Looking Ahead: What’s Next
According to analysts, the growing demand across industries for speech technology indicates that voice is poised to transform the user experience on a variety of fronts.
“Speech-recognition technology has matured to a level where it’s a primary catalyst for the next wave of innovation in the unified communications space,” said Nancy Jamison, principal analyst with Jamison Consulting. “Microsoft’s recent advancements in speech really strike at the heart of what true unified communications is all about — improving the user experience.”
By combining Tellme’s speech optimization and deployment experience with Microsoft’s cutting-edge speech technology, this new group brings together a cross-functional team of domain experts to drive speech technology to new heights. By using cloud-based technology, the Speech at Microsoft group is envisioning a future where speech recognition rivals human understanding.

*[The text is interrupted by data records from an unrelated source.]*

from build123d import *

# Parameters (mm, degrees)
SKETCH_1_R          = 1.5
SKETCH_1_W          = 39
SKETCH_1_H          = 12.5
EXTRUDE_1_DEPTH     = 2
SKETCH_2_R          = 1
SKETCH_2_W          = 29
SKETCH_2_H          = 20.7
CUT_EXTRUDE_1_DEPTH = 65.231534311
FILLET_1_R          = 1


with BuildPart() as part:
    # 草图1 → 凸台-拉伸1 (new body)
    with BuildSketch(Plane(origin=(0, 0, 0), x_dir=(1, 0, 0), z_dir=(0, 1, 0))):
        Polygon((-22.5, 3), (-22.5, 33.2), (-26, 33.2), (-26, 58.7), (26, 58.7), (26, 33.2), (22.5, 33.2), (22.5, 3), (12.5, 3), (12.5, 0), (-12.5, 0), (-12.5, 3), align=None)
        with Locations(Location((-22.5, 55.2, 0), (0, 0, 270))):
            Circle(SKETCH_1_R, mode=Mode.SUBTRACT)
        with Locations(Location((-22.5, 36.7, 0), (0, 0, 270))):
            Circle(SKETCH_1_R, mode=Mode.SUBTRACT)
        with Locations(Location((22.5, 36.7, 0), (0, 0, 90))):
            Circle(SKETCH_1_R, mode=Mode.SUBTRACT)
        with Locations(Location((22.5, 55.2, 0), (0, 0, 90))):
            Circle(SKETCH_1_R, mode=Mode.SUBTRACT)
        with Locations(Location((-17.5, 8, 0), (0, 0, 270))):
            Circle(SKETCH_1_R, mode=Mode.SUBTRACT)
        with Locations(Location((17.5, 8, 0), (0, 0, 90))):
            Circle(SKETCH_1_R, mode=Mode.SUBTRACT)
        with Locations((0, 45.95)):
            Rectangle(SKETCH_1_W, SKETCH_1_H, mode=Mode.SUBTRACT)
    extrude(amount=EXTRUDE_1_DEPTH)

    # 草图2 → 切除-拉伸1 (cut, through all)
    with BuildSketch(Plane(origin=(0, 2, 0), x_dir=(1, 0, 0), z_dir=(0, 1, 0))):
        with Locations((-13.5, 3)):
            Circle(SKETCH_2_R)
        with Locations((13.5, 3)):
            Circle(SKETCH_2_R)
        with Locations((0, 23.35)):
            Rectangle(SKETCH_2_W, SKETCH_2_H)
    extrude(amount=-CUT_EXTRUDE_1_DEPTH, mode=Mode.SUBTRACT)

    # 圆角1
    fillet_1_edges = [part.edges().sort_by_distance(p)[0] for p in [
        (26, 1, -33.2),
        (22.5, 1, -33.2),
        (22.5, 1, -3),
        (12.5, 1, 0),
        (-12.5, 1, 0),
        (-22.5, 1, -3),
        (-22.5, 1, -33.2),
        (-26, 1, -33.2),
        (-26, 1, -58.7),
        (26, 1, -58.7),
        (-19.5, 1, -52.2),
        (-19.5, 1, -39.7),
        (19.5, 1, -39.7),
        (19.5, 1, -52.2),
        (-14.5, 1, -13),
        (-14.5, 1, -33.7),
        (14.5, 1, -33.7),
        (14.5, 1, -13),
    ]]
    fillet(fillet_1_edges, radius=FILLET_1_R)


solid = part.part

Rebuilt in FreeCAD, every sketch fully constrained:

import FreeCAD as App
import Part
import Sketcher
Q = App.Units.Quantity


def edges_at(feature, points):
    """Names of the edges that pass closest to the given points."""
    edges = feature.Shape.Edges
    near = lambda p: min(range(len(edges)), key=lambda i: edges[i].distToShape(Part.Vertex(*p))[0])
    return sorted({f"Edge{near(p) + 1}" for p in points})


def add_polygon(sketch, points):
    """Adds a closed chain of lines whose ends are joined by coincident constraints."""
    first, n = sketch.GeometryCount, len(points)
    for a, b in zip(points, points[1:] + points[:1]):
        sketch.addGeometry(Part.LineSegment(App.Vector(*a, 0), App.Vector(*b, 0)), False)
    for i in range(n):
        sketch.addConstraint(Sketcher.Constraint("Coincident", first + i, 2, first + (i + 1) % n, 1))

doc = App.newDocument("Part")
body = doc.addObject("PartDesign::Body", "Body")

sketch1 = body.newObject("Sketcher::SketchObject", "Sketch")
sketch1.AttachmentSupport = (doc.getObject("XZ_Plane"), [""])
sketch1.MapMode = "FlatFace"
add_polygon(sketch1, [(-22.5, -33.2), (-22.5, -3), (-12.5, -3), (-12.5, 0), (12.5, 0), (12.5, -3), (22.5, -3), (22.5, -33.2), (26, -33.2), (26, -58.7), (-26, -58.7), (-26, -33.2)])
sketch1.addGeometry(Part.Circle(App.Vector(17.5, -8, 0), App.Vector(0, 0, 1), 1.5), False)
sketch1.addGeometry(Part.Circle(App.Vector(-17.5, -8, 0), App.Vector(0, 0, 1), 1.5), False)
sketch1.addGeometry(Part.Circle(App.Vector(22.5, -36.7, 0), App.Vector(0, 0, 1), 1.5), False)
sketch1.addGeometry(Part.Circle(App.Vector(22.5, -55.2, 0), App.Vector(0, 0, 1), 1.5), False)
sketch1.addGeometry(Part.Circle(App.Vector(-22.5, -36.7, 0), App.Vector(0, 0, 1), 1.5), False)
add_polygon(sketch1, [(-19.5, -39.7), (-19.5, -52.2), (19.5, -52.2), (19.5, -39.7)])
sketch1.addGeometry(Part.Circle(App.Vector(-22.5, -55.2, 0), App.Vector(0, 0, 1), 1.5), False)
sketch1.addConstraint([
    Sketcher.Constraint("Vertical", 0),
    Sketcher.Constraint("Horizontal", 1),
    Sketcher.Constraint("Vertical", 2),
    Sketcher.Constraint("Horizontal", 3),
    Sketcher.Constraint("Vertical", 4),
    Sketcher.Constraint("Horizontal", 5),
    Sketcher.Constraint("Vertical", 6),
    Sketcher.Constraint("Horizontal", 7),
    Sketcher.Constraint("Vertical", 8),
    Sketcher.Constraint("Horizontal", 9),
    Sketcher.Constraint("Vertical", 10),
    Sketcher.Constraint("Horizontal", 11),
    Sketcher.Constraint("Vertical", 17),
    Sketcher.Constraint("Horizontal", 18),
    Sketcher.Constraint("Vertical", 19),
    Sketcher.Constraint("Horizontal", 20),
    Sketcher.Constraint("Equal", 12, 13),
    Sketcher.Constraint("Equal", 13, 14),
    Sketcher.Constraint("Equal", 14, 15),
    Sketcher.Constraint("Equal", 15, 16),
    Sketcher.Constraint("Equal", 16, 21),
    Sketcher.Constraint("Symmetric", 2, 2, 3, 2, -1, 1),
    Sketcher.Constraint("Symmetric", 12, 3, 13, 3, -2),
    Sketcher.Constraint("Symmetric", 14, 3, 16, 3, -2),
    Sketcher.Constraint("Symmetric", 15, 3, 21, 3, -2),
    Sketcher.Constraint("Symmetric", 0, 2, 5, 2, -2),
    Sketcher.Constraint("Symmetric", 7, 2, 10, 2, -2),
    Sketcher.Constraint("Vertical", 14, 3, 15, 3),
    Sketcher.Constraint("Vertical", 21, 3, 0, 2),
    Sketcher.Constraint("Diameter", 12, Q("3 mm")),
    Sketcher.Constraint("DistanceX", 1, 1, 1, 2, Q("10 mm")),
    Sketcher.Constraint("DistanceX", 3, 1, 3, 2, Q("25 mm")),
    Sketcher.Constraint("DistanceX", 9, 2, 9, 1, Q("52 mm")),
    Sketcher.Constraint("DistanceX", 18, 1, 18, 2, Q("39 mm")),
    Sketcher.Constraint("DistanceY", 2, 1, 2, 2, Q("3 mm")),
    Sketcher.Constraint("DistanceY", 0, 1, 0, 2, Q("30.2 mm")),
    Sketcher.Constraint("DistanceY", 8, 2, 8, 1, Q("25.5 mm")),
    Sketcher.Constraint("DistanceY", 17, 2, 17, 1, Q("12.5 mm")),
    Sketcher.Constraint("DistanceY", 12, 3, -1, 1, Q("8 mm")),
    Sketcher.Constraint("DistanceX", 13, 3, 12, 3, Q("35 mm")),
    Sketcher.Constraint("DistanceY", 15, 3, 6, 2, Q("22 mm")),
    Sketcher.Constraint("DistanceY", 8, 2, 14, 3, Q("22 mm")),
    Sketcher.Constraint("DistanceX", 21, 3, 17, 2, Q("3 mm")),
    Sketcher.Constraint("DistanceY", 21, 3, 17, 2, Q("3 mm")),
])
pad1 = body.newObject("PartDesign::Pad", "Pad")
pad1.Profile = sketch1
pad1.Length = 2
pad1.Reversed = True

sketch2 = body.newObject("Sketcher::SketchObject", "Sketch001")
sketch2.AttachmentSupport = (doc.getObject("XZ_Plane"), [""])
sketch2.MapMode = "FlatFace"
sketch2.AttachmentOffset = App.Placement(App.Vector(0, 0, -2), App.Rotation())
sketch2.addGeometry(Part.Circle(App.Vector(-13.5, -3, 0), App.Vector(0, 0, 1), 1), False)
sketch2.addGeometry(Part.Circle(App.Vector(13.5, -3, 0), App.Vector(0, 0, 1), 1), False)
add_polygon(sketch2, [(-14.5, -33.7), (-14.5, -13), (14.5, -13), (14.5, -33.7)])
sketch2.addConstraint([
    Sketcher.Constraint("Vertical", 2),
    Sketcher.Constraint("Horizontal", 3),
    Sketcher.Constraint("Vertical", 4),
    Sketcher.Constraint("Horizontal", 5),
    Sketcher.Constraint("Equal", 0, 1),
    Sketcher.Constraint("Symmetric", 0, 3, 1, 3, -2),
    Sketcher.Constraint("Diameter", 0, Q("2 mm")),
    Sketcher.Constraint("DistanceX", 3, 1, 3, 2, Q("29 mm")),
    Sketcher.Constraint("DistanceY", 2, 1, 2, 2, Q("20.7 mm")),
    Sketcher.Constraint("DistanceY", 0, 3, -1, 1, Q("3 mm")),
    Sketcher.Constraint("DistanceY", 2, 2, -1, 1, Q("13 mm")),
    Sketcher.Constraint("DistanceX", 0, 3, 1, 3, Q("27 mm")),
    Sketcher.Constraint("DistanceX", 2, 2, 0, 3, Q("1 mm")),
])
pocket1 = body.newObject("PartDesign::Pocket", "Pocket")
pocket1.Profile = sketch2
pocket1.Type = "ThroughAll"
pocket1.Reversed = True
doc.recompute()

fillet = body.newObject("PartDesign::Fillet", "Fillet")
fillet.Base = (pocket1, edges_at(pocket1, [
    (26, 1, -33.2),
    (22.5, 1, -33.2),
    (22.5, 1, -3),
    (12.5, 1, 0),
    (-12.5, 1, 0),
    (-22.5, 1, -3),
    (-22.5, 1, -33.2),
    (-26, 1, -33.2),
    (-26, 1, -58.7),
    (26, 1, -58.7),
    (-19.5, 1, -52.2),
    (-19.5, 1, -39.7),
    (19.5, 1, -39.7),
    (19.5, 1, -52.2),
    (-14.5, 1, -13),
    (-14.5, 1, -33.7),
    (14.5, 1, -33.7),
    (14.5, 1, -13),
]))
fillet.Radius = 1

doc.recompute()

Serafin says that his team of experts will remain committed to applying their many decades of experience to push the frontiers of voice-enabled technology that brings speech into everyday use.
“For perhaps the first time in the history of Microsoft, we have our world-class speech scientists and highly respected software-plus-services experts under one roof, and I believe the resulting collaboration will lead to pathbreaking innovation,” says Serafin. “The climate in our R&D environment is optimally charged to accelerate advances, leverage the power of software plus services, and revolutionize the ways customers interact with a wide range of Microsoft products.”
Bolstering that expertise is the recent addition of Larry Heck to the role of chief scientist for the Speech at Microsoft group. Heck first joined Microsoft as the partner architect for the Online Services Division R&D. Before that he led the creation, development and deployment of the search and advertising algorithms at Yahoo!, and before that he was the vice president of R&D at Nuance. Heck has joined the Speech at Microsoft group to help chart the course of next-generation elements of Microsoft’s speech platform.
“Speech belongs in the cloud. Only there can you reach the scale, the enormous volume of interactions required to create a speech system capable of rivaling human understanding,” said Heck. “With the formation of the Speech at Microsoft group, the unrivaled breadth of our platform today, and our cloud-based approach, this future is within sight.”